The royal palace of Foumban, where the king of the Bamum still resides today, was built in 1917. The Palace Museum tells the history of the dynasty of the Bamum kings from 1394 to the present day, with information on the most famous of the Bamum kings, Ibrahim Njoya, who died in 1933 and who created a writing system at the end of the 19th century called Bamum script.

The King Palace Story

The Royal Palace of Foumban is one of the oldest still standing structures in the history of the African continent, located in the town of Foumban, within the West Region of the Republic of Cameroon.
Throughout the history, there were only Sultans, who are Kings, living in the interesting Palace, the earliest one dating from 14th century. Built during the reign of the Kingdom of Bamum, which was a pre-colonial West African state, nowadays still serves as a seat for the Sultan who is the 19th ruler of the Bamoun Dynasty.
Due to the importance the building has, in 1917 the Royal Palace of Foumban was renovated after which the belongings of the Sultan were arranged and kept within the palace’s grounds as a tourist attraction.
Some of the major important things found in the palace include a multitude of royal gowns, arms, musical instruments, statues, jewellery, masks and colorful bead-covered thrones carved in the shapes of the men who sat on them and seat of power for the Bamoun people.
Nevertheless, the palace is notable for the red natural brick used for the construction of the palace which features three floors. There was a fire in 1913 which burned down the palace, and the then-King Njoya ordered for a new one to be build, with the same design, finishing it in 1922.
Basically what was built then we see today, where in front of the building there is a small hexagon fountain surrounded with flowers and plants, where as next to it there is an equestrian statue of one of the sultans that once ruled the Kingdom.

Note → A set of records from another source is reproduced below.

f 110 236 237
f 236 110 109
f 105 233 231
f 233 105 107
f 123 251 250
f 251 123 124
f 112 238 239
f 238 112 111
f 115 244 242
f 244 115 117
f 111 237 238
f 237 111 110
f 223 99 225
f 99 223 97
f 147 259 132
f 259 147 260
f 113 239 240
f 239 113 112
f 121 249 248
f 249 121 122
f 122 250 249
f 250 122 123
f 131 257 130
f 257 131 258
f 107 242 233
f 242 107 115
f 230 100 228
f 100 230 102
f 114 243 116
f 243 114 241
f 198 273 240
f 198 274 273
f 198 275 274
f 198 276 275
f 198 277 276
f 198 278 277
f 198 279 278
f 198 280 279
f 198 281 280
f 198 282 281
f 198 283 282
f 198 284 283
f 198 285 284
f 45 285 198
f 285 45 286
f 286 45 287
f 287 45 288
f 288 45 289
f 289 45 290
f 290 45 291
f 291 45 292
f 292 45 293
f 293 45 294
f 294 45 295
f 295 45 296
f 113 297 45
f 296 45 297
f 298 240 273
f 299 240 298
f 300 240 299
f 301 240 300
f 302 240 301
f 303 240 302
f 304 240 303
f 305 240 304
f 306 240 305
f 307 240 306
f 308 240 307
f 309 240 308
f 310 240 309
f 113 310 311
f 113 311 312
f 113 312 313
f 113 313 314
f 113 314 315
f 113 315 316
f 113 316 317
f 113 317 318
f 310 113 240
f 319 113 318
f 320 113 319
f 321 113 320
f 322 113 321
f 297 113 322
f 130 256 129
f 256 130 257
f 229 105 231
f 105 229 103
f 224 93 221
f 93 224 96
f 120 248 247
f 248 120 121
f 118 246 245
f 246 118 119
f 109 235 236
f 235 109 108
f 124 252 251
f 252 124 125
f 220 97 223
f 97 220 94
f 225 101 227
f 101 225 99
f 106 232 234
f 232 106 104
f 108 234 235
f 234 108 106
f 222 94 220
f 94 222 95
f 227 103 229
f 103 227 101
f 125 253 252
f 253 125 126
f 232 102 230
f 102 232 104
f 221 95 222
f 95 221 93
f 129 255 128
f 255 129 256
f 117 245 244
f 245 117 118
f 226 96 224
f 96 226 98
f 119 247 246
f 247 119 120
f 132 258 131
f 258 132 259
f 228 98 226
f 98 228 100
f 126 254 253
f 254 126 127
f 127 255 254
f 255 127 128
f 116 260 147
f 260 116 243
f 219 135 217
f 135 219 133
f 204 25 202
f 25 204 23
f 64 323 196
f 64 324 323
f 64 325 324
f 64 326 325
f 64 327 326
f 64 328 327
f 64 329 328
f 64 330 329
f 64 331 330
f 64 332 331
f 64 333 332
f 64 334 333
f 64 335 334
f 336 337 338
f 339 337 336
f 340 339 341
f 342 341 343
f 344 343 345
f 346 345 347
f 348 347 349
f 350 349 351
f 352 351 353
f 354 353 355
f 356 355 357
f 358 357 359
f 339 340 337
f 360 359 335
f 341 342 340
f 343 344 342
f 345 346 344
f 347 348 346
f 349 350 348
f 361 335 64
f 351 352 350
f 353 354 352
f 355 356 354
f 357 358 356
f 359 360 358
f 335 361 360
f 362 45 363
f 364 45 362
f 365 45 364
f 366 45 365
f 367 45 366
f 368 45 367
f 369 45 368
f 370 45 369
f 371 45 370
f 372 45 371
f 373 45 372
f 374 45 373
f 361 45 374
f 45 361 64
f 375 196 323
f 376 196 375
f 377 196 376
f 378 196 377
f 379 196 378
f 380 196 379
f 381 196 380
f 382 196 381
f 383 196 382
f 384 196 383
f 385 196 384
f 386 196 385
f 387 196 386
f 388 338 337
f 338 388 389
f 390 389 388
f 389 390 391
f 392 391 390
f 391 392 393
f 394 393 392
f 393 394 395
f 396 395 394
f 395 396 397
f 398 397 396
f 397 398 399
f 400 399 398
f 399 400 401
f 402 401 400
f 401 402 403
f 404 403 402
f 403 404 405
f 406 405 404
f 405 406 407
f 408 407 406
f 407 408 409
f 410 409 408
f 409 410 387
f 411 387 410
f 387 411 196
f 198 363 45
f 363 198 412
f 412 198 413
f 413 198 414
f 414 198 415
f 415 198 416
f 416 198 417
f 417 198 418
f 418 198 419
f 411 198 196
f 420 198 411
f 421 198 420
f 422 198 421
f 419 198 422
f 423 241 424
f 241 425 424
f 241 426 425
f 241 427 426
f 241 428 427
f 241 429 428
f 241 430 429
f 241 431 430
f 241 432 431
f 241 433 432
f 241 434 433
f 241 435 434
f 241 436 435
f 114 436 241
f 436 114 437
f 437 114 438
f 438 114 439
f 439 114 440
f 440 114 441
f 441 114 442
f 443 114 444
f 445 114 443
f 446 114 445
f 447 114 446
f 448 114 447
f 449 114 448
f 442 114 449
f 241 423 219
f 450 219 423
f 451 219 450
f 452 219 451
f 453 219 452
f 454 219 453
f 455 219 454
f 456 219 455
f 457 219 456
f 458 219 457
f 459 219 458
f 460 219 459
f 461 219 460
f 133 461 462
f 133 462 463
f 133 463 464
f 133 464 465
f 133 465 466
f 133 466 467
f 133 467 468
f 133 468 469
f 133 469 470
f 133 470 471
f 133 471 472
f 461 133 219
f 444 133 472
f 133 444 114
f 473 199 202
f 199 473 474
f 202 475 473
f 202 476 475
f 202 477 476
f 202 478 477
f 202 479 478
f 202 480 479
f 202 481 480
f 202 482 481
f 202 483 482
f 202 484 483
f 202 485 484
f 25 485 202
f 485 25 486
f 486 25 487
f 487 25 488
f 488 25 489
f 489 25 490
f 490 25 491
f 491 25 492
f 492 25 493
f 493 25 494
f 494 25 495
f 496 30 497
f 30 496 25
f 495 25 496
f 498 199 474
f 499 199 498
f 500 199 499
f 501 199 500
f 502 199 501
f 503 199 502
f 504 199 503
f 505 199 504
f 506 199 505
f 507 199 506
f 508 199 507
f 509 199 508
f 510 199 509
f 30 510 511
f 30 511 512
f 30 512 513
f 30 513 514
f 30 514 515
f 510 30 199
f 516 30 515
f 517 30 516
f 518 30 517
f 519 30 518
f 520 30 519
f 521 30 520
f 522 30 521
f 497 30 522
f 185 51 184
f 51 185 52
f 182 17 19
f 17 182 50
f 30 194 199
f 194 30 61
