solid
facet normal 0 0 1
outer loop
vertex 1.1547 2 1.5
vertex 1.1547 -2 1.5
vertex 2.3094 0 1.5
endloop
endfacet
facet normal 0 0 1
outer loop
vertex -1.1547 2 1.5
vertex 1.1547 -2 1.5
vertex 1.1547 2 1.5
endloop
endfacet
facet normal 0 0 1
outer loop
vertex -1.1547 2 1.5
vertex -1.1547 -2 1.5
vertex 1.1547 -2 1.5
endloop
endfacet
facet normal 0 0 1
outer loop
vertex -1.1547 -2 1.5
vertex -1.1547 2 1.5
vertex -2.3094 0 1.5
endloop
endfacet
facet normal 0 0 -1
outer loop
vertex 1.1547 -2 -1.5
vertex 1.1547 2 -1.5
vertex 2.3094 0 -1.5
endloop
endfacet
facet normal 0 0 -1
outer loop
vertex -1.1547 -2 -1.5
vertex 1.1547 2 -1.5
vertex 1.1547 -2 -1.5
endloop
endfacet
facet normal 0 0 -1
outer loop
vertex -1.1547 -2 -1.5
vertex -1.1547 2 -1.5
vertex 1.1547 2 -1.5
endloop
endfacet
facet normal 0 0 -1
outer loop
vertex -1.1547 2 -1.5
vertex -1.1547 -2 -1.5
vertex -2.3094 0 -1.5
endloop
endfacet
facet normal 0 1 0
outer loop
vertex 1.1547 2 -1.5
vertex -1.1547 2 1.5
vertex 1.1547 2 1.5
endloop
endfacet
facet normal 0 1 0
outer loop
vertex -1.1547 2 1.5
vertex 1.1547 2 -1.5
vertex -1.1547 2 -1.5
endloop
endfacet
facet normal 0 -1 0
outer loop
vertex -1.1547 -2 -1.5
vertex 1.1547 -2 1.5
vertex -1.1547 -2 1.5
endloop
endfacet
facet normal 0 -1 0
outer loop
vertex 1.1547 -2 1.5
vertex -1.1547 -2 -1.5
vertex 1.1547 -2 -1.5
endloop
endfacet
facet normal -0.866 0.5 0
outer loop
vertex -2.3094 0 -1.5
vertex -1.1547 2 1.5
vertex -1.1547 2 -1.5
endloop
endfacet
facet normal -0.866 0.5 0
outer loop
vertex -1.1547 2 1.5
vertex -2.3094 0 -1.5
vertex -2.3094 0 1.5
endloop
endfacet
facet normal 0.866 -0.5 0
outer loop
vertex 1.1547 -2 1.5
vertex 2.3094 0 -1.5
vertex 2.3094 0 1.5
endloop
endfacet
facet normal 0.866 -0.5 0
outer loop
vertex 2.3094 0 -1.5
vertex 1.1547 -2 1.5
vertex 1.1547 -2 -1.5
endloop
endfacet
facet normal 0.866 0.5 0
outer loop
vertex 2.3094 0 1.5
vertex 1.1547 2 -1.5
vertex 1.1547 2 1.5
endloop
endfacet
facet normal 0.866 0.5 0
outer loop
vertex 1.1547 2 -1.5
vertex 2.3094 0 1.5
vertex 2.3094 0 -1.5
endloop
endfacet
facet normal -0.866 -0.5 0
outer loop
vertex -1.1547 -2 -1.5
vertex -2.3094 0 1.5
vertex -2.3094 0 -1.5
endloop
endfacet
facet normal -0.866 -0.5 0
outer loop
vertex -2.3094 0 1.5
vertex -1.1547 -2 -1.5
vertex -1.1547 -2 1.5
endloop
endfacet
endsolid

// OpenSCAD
// intersection_for
intersection_for (i = [0:2]) rotate([0, 0, i * 60]) cube([10, 4, 3], center = true);
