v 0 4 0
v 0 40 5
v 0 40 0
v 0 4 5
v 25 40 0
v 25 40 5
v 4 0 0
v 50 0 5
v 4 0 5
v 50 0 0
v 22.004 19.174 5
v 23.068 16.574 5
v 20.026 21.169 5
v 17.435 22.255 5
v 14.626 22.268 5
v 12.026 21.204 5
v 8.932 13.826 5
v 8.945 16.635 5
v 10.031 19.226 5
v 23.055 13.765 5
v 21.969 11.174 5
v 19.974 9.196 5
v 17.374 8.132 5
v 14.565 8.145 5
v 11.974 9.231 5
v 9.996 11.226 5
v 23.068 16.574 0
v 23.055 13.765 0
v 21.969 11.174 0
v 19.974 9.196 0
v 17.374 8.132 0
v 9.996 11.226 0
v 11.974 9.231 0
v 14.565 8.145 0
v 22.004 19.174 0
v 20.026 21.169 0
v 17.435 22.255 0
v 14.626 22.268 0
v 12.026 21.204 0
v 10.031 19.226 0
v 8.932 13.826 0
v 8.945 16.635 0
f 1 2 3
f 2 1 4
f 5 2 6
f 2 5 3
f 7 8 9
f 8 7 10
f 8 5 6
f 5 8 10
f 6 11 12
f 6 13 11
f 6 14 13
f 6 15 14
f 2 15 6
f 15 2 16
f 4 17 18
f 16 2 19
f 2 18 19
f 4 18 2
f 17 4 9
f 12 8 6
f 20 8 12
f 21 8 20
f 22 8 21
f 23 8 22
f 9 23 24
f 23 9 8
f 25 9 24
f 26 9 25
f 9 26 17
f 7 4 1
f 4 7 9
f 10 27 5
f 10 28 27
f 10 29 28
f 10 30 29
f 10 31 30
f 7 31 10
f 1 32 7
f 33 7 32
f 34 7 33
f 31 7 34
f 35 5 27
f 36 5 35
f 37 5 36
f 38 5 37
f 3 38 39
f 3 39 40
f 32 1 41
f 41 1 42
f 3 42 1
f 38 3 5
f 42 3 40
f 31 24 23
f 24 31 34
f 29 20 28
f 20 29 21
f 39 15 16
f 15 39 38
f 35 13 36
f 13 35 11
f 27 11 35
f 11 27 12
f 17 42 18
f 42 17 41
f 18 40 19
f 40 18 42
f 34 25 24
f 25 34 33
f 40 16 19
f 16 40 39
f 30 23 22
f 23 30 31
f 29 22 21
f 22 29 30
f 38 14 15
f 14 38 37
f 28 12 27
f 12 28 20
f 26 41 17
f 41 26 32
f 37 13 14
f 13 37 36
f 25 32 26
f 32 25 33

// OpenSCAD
$fn = 32;

// ----------------------------------------------------------------------
// Bracket plate: gusset 50 x 40
// ----------------------------------------------------------------------

// --- parameters (mm) ---
hole_r = 3.5;             // bolt hole radius
plate_t = 5;              // plate thickness, Z (extrusion height)
gus_a = 50;               // base length
gus_b = 40;               // height
top_x = 25;               // top edge X of the angled cut
light_r = 7.2;            // lightening hole radius

light_d = 2 * light_r;

profile = [[4, 0], [25, 0], [50, 0], [25, 40], [0, 40], [0, 4]];  // primary outline, 6 points, counter clockwise
void_1 = [[23.068, 16.574], [22.004, 19.174], [20.026, 21.169], [17.435, 22.255], [14.626, 22.268], [12.026, 21.204], [10.031, 19.226], [8.945, 16.635], [8.932, 13.826], [9.996, 11.226], [11.974, 9.231], [14.565, 8.145], [17.374, 8.132], [19.974, 9.196], [21.969, 11.174], [23.055, 13.765]];  // lightening hole, 16 points

// --- the one profile operation ---
difference() {
  linear_extrude(height = plate_t) polygon(points = profile);
  translate([0, 0, -1])
    linear_extrude(height = plate_t + 2) polygon(points = void_1);
}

The entrance is a turret tower with rounded sloped roof, which has tympanum terrace, and there are additional turrets on the left and right corners of the palace, with other entrances to the building. There are two long arched terraces on the ground and first floor, however, the second floor is enclosed with ox-eye-looking windows, finishing with the roof on which two gablets can be found.
Definitely serving as an enormous monument for pre-colonial Africa, it is one of the most interesting landmarks of Foumban, which deserves better attention.